Completato l’organico teatino gli under Francesco Insegno, guardia classe 2003, e l’ala Giacomo Giannini (2002).

IL PREPARTITA

“Dobbiamo ritrovare la nostra identità difensiva se vogliamo tenere testa a Chieti – sottolinea coach Massimo Friso -, una squadra alla ricerca di equilibri tattici, ma con tanto talento. A Cento abbiamo dimostrato che se non difendiamo, di conseguenza l’attacco non produce punti, perché ci viene a mancare la fiducia. Quella di domenica scorsa è stata una partita non bene interpretata e che purtroppo abbiamo affrontato non al completo dopo una settimana in cui ci eravamo allenati sempre a ranghi ridotti. Questo non toglie che dovevamo essere più determinati e quindi contro Chieti mi aspetto una reazione”.
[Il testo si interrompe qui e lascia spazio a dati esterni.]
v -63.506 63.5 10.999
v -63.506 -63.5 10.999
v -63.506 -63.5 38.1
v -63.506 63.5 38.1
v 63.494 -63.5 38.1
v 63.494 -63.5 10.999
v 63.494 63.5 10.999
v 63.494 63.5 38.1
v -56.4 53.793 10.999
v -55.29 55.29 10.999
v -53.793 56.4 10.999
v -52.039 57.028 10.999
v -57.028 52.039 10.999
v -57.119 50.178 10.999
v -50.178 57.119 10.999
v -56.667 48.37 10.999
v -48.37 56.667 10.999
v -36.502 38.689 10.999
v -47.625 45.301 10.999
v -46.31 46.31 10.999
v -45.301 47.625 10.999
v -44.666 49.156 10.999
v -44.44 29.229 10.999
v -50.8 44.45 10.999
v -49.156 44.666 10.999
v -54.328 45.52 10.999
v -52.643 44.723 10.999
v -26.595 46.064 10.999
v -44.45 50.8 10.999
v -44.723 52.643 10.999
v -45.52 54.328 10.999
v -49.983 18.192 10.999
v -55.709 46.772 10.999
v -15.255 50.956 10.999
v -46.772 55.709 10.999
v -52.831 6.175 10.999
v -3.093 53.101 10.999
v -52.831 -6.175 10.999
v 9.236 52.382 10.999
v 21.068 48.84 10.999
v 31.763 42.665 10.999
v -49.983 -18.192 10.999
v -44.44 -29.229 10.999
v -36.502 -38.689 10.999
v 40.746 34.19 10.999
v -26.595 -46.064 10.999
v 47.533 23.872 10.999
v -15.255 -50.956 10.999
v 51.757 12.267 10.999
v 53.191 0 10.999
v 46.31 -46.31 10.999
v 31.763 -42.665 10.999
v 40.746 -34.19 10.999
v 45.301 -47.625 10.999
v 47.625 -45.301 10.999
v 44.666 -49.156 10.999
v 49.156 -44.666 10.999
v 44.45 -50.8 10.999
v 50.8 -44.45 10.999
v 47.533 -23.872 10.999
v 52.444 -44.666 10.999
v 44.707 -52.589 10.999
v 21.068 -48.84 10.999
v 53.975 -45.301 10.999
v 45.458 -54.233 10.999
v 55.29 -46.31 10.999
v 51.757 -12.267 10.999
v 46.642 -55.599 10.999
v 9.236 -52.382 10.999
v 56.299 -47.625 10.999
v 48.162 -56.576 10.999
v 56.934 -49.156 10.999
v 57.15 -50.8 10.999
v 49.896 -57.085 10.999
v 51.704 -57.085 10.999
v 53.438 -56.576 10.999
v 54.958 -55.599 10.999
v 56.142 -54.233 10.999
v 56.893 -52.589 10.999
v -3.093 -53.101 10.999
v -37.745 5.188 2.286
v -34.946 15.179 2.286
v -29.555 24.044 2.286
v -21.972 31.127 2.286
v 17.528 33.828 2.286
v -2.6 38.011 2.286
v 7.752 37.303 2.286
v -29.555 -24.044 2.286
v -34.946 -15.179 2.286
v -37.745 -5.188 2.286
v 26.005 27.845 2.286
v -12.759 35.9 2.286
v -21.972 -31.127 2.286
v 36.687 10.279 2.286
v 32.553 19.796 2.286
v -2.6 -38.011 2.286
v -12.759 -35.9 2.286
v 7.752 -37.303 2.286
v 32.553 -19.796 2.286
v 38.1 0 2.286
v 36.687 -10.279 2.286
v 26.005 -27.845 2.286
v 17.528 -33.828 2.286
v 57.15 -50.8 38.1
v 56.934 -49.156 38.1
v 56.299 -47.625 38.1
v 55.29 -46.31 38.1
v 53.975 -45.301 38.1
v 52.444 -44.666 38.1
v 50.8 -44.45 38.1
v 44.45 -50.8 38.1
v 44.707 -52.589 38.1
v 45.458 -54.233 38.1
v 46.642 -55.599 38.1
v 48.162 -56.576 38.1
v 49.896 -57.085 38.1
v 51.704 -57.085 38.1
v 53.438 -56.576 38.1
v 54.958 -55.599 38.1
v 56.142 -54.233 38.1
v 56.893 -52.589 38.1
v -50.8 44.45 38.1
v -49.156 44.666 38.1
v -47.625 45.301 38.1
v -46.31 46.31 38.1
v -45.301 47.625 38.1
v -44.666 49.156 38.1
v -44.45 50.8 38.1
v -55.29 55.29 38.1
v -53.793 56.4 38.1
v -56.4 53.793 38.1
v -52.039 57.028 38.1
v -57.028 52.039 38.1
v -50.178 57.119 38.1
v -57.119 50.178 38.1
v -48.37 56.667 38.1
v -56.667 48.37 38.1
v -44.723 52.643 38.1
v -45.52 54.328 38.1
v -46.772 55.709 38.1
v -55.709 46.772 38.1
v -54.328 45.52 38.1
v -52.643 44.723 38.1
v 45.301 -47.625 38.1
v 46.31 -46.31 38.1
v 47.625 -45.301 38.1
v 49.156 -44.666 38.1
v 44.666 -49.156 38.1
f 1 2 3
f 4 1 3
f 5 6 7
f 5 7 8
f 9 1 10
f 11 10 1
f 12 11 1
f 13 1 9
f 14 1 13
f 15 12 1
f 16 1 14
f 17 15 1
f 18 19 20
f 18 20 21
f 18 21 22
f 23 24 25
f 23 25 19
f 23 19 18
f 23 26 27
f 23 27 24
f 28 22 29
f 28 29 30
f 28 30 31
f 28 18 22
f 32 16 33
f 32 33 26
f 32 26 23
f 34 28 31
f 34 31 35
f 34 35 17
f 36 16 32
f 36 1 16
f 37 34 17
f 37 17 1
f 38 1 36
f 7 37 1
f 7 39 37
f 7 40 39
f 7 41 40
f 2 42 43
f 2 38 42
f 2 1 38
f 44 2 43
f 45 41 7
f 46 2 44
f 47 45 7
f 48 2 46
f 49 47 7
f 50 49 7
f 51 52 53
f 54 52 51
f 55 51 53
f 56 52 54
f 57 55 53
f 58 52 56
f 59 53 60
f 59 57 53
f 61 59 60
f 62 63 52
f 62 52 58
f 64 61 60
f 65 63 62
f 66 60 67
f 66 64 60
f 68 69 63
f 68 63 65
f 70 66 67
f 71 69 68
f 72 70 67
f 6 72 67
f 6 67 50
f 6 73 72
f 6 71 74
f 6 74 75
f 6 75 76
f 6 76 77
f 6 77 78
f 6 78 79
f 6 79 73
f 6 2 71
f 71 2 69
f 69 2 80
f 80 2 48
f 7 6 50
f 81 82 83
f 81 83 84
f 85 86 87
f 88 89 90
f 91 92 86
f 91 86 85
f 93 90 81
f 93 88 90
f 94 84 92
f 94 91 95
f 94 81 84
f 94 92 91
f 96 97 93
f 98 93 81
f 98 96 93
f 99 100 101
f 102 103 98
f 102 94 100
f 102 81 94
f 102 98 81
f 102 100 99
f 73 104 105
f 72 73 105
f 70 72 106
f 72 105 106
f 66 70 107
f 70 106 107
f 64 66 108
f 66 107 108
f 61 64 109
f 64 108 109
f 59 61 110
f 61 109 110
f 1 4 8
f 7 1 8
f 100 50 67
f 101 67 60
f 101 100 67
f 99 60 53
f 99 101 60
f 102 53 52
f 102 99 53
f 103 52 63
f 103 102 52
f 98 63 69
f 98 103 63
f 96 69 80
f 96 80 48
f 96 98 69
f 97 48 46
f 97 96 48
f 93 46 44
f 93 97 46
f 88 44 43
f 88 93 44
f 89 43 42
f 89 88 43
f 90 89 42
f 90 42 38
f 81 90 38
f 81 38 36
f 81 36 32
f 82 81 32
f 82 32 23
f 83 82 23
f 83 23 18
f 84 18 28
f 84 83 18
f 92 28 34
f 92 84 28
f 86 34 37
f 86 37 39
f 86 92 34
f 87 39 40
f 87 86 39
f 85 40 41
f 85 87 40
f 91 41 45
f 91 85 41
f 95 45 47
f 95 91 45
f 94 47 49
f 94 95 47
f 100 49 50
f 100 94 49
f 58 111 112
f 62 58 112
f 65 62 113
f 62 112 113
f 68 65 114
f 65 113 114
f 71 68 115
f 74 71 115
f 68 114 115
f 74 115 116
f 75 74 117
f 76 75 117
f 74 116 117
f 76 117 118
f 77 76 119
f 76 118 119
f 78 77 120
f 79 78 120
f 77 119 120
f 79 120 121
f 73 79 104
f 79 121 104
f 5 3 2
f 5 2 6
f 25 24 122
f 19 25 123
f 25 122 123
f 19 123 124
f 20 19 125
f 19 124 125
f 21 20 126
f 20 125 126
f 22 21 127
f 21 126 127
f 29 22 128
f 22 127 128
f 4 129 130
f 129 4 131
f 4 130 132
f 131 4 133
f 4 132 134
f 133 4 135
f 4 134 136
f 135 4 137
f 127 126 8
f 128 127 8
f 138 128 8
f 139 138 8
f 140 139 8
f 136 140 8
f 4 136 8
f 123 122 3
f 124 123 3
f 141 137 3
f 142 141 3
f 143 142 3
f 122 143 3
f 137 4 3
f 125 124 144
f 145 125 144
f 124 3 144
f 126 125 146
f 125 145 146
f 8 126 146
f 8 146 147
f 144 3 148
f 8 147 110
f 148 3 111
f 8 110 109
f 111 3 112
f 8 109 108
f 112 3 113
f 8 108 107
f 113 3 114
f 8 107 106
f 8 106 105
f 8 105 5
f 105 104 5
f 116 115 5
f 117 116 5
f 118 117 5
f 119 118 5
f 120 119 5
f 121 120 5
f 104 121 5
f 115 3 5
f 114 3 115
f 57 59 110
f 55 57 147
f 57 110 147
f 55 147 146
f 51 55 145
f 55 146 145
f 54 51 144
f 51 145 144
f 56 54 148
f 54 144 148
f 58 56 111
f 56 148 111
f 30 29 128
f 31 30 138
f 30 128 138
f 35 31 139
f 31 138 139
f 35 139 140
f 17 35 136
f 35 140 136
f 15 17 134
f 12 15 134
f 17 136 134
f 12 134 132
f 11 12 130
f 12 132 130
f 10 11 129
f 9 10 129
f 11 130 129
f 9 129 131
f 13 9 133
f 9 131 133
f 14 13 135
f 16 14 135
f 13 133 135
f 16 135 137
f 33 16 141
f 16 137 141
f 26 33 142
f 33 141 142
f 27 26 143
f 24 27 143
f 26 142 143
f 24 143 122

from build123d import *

# Parameters (mm, degrees)
F1_W     = 127
F1_H     = 38.1
F2_DEPTH = 63.5
F5_DEPTH = 50.8
F7_DEPTH = 50.8


with BuildPart() as f2:
    # F1 (on Front) → F2 (new body, symmetric)
    with BuildSketch(Plane.XZ):
        with Locations((-0.005746, 19.05)):
            Rectangle(F1_W, F1_H)
    extrude(amount=F2_DEPTH, both=True)

    # F0 (on Front) → F3 (revolve, cut)
    with BuildSketch(Plane.XZ):
        Polygon((53.190532, 10.998523), (38.1, 2.286), (0, 2.286), (0, 0), (132.006165, 0), (132.006165, 10.998523), align=None)
    revolve(axis=Axis((0, 0, 1.143), (0, 0, -1)), mode=Mode.SUBTRACT)

    # F4 (on Top) → F5 (cut, symmetric)
    with BuildSketch(Plane.XY):
        with BuildLine():
            Line((-50.8, 44.45), (-50.8, 50.8))
            Line((-50.8, 50.8), (-44.45, 50.8))
            ThreePointArc((-44.45, 50.8), (-55.290128, 55.290128), (-50.8, 44.45))
        make_face()
        with BuildLine():
            Line((-44.45, 50.8), (-50.8, 50.8))
            Line((-50.8, 50.8), (-50.8, 44.45))
            ThreePointArc((-50.8, 44.45), (-46.309872, 46.309872), (-44.45, 50.8))
        make_face()
    extrude(amount=F5_DEPTH, both=True, mode=Mode.SUBTRACT)

    # F6 (on Top) → F7 (cut, symmetric)
    with BuildSketch(Plane.XY):
        with BuildLine():
            ThreePointArc((50.8, -44.45), (46.309872, -46.309872), (44.45, -50.8))
            Line((44.45, -50.8), (50.8, -50.8))
            Line((50.8, -50.8), (50.8, -44.45))
        make_face()
        with BuildLine():
            Line((50.8, -50.8), (44.45, -50.8))
            ThreePointArc((44.45, -50.8), (50.8, -57.15), (57.15, -50.8))
            ThreePointArc((57.15, -50.8), (55.290128, -46.309872), (50.8, -44.45))
            Line((50.8, -44.45), (50.8, -50.8))
        make_face()
    extrude(amount=F7_DEPTH, both=True, mode=Mode.SUBTRACT)


solid = f2.part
“L’Esa Italia – aggiunge – è partita con l’obiettivo di vincere il campionato acquistando giocatori di grande esperienza e qualità, ma qualche problema l’ha portata ad occupare il settimo posto. Adesso ha cambiato il roster e si sta preparando per arrivare pronta ai play off, il momento chiave della stagione. Dovremo quindi essere bravi ad approfittare di questo momento in cui stanno cercando i migliori automatismi. La maggiore novità tattica è l’arrivo di Pederzini, giocatore che sgioca molto bene spalle a canestro e che ben si accoppia con Rezzano, lungo che invece esce dall’area per tirare. Nel reparto esterni hanno Rezzano, Stanic e tanti elementi che possono spostare gli equilibri con una giocata. Noi però dobbiamo pensare soltanto a noi stessi, difendendo e mostrando il nostro vero volto”.

PROSSIMO TURNO

La Rekico ritornerà in campo domenica 2 febbraio alle 18 in casa di Ancona.